> _Work task_: Please show every line from the entries that carries the word "green".

=-=-=-=-=

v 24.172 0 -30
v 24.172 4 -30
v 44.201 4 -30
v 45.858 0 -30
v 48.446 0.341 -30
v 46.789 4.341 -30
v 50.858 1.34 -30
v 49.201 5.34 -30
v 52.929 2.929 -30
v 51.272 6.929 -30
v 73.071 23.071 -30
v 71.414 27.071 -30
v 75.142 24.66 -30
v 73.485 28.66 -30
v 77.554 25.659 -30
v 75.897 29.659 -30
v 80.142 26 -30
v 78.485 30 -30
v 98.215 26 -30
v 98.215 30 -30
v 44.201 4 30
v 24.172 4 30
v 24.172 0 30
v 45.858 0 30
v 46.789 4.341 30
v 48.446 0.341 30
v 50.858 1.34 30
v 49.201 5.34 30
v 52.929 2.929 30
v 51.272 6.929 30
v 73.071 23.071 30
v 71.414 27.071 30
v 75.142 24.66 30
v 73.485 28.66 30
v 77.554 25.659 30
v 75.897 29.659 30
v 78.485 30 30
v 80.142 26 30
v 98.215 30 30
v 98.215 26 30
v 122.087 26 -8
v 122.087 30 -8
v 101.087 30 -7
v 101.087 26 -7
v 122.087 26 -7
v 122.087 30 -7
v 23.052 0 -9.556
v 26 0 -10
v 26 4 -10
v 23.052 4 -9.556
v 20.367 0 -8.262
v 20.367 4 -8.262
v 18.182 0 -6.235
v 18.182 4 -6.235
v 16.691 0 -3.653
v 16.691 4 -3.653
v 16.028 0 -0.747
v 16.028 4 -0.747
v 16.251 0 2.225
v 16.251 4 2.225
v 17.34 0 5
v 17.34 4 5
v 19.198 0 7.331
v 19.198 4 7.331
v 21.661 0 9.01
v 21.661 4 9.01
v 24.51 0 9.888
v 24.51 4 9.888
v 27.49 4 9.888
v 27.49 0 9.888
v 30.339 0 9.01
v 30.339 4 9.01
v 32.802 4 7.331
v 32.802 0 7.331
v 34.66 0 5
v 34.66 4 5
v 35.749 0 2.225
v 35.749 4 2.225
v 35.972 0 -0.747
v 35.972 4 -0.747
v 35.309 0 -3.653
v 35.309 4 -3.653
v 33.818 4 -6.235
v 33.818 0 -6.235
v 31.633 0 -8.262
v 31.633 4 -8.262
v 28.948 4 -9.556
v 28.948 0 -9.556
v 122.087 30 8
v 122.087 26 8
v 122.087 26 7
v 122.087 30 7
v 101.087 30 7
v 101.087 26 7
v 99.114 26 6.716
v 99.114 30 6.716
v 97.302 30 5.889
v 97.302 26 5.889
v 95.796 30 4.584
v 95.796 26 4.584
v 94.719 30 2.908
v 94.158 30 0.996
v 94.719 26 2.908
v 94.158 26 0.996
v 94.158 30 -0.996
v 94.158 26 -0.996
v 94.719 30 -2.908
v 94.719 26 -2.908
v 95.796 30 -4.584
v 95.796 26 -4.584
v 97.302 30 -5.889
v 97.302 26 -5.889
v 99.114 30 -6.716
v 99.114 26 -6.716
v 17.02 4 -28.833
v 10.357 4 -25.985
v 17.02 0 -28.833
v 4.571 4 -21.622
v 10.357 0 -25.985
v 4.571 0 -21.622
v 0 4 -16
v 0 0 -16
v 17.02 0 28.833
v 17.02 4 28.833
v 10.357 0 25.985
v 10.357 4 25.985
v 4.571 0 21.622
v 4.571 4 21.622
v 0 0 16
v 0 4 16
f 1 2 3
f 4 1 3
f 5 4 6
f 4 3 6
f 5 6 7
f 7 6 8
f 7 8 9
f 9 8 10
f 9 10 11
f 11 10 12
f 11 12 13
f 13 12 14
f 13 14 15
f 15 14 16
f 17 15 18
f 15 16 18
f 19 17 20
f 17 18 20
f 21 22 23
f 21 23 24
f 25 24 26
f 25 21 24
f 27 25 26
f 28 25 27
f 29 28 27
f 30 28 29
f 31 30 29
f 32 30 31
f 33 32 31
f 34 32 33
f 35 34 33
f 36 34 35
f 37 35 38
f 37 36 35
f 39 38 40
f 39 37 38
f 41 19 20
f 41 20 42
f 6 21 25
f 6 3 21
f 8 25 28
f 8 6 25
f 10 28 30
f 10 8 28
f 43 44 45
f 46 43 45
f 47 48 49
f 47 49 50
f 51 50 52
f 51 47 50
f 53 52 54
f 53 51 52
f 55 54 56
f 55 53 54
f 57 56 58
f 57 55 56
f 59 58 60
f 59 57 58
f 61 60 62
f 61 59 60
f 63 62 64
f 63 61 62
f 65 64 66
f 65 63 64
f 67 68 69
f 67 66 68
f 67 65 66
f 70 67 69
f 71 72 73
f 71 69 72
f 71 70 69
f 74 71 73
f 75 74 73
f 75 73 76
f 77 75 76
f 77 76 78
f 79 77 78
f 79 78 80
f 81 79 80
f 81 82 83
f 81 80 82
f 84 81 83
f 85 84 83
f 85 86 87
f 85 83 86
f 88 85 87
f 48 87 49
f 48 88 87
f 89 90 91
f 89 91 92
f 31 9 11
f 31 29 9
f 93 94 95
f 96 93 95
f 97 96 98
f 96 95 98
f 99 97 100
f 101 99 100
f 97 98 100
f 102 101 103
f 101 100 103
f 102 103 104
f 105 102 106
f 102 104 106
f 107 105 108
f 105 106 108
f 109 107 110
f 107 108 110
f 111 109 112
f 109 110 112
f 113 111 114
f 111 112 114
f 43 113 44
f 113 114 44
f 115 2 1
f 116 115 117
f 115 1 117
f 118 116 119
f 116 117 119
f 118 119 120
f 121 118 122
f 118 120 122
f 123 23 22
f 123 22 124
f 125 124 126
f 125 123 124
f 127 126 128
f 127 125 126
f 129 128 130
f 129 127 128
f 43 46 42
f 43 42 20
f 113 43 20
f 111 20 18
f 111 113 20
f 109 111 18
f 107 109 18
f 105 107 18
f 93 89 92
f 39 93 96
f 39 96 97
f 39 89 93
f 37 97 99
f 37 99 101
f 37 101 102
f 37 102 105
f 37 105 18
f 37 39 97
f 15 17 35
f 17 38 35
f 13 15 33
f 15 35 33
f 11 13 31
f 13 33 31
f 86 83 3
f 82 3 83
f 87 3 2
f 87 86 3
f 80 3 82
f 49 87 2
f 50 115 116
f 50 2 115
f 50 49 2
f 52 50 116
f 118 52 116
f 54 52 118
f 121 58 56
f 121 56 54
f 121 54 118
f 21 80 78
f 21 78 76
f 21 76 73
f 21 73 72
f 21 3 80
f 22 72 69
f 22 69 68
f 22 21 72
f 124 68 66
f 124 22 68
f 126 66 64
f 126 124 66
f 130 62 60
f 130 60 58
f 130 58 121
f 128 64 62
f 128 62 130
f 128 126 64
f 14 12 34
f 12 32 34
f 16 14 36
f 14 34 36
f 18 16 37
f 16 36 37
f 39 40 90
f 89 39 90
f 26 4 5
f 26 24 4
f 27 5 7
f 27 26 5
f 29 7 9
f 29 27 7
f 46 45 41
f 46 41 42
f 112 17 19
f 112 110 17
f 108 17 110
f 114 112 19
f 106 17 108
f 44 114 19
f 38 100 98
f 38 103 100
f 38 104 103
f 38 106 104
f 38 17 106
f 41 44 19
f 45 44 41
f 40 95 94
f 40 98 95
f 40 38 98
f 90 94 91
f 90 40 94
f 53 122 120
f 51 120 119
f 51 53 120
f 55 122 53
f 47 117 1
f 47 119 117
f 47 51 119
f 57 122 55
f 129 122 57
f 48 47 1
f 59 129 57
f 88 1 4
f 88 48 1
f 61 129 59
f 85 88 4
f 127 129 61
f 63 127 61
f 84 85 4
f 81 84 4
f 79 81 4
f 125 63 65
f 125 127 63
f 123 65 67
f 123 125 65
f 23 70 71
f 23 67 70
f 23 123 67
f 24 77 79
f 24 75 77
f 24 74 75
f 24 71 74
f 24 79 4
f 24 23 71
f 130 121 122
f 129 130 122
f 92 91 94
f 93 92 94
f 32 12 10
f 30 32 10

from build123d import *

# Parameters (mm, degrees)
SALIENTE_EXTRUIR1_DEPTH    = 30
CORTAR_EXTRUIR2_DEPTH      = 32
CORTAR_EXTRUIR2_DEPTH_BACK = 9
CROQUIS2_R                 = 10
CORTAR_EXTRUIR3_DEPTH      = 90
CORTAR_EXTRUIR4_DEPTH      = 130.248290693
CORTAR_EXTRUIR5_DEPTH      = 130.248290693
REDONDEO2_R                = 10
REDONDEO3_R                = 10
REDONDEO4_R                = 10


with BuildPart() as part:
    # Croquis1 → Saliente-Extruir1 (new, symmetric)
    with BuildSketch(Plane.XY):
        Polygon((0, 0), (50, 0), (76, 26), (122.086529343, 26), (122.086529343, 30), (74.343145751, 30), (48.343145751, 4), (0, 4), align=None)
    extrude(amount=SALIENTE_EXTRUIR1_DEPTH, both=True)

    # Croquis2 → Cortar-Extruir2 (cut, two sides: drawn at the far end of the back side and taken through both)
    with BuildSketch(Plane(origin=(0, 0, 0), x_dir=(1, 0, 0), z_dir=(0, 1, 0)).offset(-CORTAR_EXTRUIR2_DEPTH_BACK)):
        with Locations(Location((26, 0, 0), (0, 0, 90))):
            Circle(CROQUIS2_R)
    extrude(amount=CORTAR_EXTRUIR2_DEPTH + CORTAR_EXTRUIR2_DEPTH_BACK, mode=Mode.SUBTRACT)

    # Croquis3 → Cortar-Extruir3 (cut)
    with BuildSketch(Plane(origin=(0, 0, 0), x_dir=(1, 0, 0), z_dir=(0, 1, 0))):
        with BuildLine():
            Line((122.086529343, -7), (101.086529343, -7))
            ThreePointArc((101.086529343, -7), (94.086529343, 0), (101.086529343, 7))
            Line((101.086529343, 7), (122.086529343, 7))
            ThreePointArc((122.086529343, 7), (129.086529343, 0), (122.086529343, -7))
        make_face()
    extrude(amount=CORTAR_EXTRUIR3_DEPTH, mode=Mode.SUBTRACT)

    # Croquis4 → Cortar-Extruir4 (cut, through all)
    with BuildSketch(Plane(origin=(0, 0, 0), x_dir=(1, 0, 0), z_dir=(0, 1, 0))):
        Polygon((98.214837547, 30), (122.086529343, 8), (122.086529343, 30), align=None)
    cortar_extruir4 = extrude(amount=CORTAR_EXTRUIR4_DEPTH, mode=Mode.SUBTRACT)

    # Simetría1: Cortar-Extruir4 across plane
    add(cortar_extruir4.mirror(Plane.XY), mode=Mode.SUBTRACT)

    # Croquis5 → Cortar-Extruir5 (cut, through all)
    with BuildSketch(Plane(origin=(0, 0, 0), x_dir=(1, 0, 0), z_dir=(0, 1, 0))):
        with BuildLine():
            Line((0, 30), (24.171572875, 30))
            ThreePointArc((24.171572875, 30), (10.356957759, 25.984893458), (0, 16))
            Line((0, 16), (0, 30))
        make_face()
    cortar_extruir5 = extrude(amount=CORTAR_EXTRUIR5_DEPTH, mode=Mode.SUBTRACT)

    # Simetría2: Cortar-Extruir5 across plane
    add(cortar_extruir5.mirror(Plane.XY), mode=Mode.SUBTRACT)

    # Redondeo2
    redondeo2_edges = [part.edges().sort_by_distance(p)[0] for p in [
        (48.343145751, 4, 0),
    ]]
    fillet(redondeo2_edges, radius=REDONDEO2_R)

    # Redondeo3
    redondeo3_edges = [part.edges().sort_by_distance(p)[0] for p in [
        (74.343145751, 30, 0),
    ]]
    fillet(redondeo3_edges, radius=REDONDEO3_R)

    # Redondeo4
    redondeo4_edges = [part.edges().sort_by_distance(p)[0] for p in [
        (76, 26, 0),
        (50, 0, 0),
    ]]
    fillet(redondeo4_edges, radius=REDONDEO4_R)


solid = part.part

=-=-=-=-=

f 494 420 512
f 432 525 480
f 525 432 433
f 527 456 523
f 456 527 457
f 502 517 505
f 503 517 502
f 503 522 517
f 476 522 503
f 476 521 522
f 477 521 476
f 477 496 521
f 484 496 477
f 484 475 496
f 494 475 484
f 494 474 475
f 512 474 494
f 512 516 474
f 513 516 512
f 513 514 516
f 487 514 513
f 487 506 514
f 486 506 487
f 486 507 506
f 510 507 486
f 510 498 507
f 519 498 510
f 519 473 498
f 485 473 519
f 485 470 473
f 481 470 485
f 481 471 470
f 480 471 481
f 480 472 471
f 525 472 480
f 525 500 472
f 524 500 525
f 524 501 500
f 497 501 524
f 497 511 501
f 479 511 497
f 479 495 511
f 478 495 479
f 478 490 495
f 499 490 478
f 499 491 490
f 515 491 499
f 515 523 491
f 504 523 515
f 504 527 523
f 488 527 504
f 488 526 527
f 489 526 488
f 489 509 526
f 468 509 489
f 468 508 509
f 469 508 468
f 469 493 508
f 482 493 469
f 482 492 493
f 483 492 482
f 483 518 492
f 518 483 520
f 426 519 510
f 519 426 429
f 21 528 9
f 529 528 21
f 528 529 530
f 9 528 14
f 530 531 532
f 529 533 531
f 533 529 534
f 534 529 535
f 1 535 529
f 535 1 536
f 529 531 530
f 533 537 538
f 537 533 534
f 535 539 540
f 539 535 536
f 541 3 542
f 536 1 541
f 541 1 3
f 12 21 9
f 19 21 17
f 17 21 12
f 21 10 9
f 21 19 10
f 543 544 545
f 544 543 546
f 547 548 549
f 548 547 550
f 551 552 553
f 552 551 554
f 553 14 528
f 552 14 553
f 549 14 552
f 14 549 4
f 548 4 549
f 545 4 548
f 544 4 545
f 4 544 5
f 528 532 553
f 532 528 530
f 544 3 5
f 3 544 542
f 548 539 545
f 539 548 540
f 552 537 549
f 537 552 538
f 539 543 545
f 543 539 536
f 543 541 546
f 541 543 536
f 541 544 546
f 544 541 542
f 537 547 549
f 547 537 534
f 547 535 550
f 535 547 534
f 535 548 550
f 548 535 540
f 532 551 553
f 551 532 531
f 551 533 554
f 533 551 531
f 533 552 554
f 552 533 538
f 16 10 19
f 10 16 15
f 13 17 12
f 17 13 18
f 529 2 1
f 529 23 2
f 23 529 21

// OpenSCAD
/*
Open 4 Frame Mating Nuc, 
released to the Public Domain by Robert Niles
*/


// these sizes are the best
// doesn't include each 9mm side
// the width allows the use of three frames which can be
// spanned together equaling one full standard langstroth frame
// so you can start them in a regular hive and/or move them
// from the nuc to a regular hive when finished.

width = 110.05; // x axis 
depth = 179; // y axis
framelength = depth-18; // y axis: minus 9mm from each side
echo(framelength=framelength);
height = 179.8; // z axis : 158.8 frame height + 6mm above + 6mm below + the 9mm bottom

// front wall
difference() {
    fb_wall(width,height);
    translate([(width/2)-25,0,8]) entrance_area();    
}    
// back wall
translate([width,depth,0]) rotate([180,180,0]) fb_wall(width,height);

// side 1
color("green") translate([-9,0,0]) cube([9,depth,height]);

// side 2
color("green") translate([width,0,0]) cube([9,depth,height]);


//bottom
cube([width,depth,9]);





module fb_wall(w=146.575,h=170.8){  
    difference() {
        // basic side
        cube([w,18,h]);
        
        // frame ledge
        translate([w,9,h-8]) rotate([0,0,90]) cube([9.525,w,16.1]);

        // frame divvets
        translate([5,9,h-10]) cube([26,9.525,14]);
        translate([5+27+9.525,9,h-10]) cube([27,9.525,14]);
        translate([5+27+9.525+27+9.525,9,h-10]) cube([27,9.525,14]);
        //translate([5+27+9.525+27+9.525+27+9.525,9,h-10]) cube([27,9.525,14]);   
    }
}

=-=-=-=-=

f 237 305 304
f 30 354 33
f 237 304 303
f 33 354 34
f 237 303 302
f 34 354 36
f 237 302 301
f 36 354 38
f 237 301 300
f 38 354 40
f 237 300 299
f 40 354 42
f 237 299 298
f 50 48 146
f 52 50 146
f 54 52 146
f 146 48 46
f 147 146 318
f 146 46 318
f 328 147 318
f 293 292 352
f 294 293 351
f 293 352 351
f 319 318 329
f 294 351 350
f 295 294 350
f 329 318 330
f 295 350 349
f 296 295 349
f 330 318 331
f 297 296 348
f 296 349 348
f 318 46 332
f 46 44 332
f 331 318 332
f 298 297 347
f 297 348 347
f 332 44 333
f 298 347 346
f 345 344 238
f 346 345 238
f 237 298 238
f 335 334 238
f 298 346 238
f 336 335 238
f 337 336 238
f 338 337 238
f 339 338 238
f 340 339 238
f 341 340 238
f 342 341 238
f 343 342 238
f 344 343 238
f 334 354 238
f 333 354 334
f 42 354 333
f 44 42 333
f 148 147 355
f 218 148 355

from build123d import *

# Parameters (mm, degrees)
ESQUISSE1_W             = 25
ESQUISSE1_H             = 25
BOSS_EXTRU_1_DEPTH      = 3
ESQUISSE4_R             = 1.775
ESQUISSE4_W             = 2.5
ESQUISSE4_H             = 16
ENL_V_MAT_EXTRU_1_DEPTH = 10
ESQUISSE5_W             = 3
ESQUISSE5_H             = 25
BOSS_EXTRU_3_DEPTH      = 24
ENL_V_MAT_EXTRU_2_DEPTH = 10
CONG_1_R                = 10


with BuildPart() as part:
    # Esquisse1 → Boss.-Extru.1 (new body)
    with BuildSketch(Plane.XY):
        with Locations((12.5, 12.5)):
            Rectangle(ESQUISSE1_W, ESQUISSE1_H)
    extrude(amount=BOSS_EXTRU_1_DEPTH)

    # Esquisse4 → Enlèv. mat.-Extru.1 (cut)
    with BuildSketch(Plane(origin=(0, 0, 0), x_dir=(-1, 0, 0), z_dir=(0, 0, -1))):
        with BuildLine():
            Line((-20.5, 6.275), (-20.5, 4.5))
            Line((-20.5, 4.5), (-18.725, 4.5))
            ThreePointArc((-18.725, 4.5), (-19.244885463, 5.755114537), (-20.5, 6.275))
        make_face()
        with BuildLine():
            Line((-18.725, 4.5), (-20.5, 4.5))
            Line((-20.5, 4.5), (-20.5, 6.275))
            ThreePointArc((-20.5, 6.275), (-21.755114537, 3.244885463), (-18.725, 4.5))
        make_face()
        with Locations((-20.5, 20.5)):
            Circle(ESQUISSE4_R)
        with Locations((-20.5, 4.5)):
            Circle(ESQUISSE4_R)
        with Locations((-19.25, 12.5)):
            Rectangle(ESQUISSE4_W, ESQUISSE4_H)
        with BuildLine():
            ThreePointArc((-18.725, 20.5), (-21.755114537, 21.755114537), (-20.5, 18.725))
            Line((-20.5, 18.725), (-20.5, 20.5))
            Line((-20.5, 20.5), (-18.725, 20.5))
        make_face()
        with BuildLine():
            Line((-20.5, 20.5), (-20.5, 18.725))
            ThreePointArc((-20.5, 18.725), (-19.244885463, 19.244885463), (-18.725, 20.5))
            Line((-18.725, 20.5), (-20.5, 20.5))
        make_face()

=-=-=-=-=

> _Solution to the problem_:
color("green") translate([-9,0,0]) cube([9,depth,height]);
color("green") translate([width,0,0]) cube([9,depth,height]);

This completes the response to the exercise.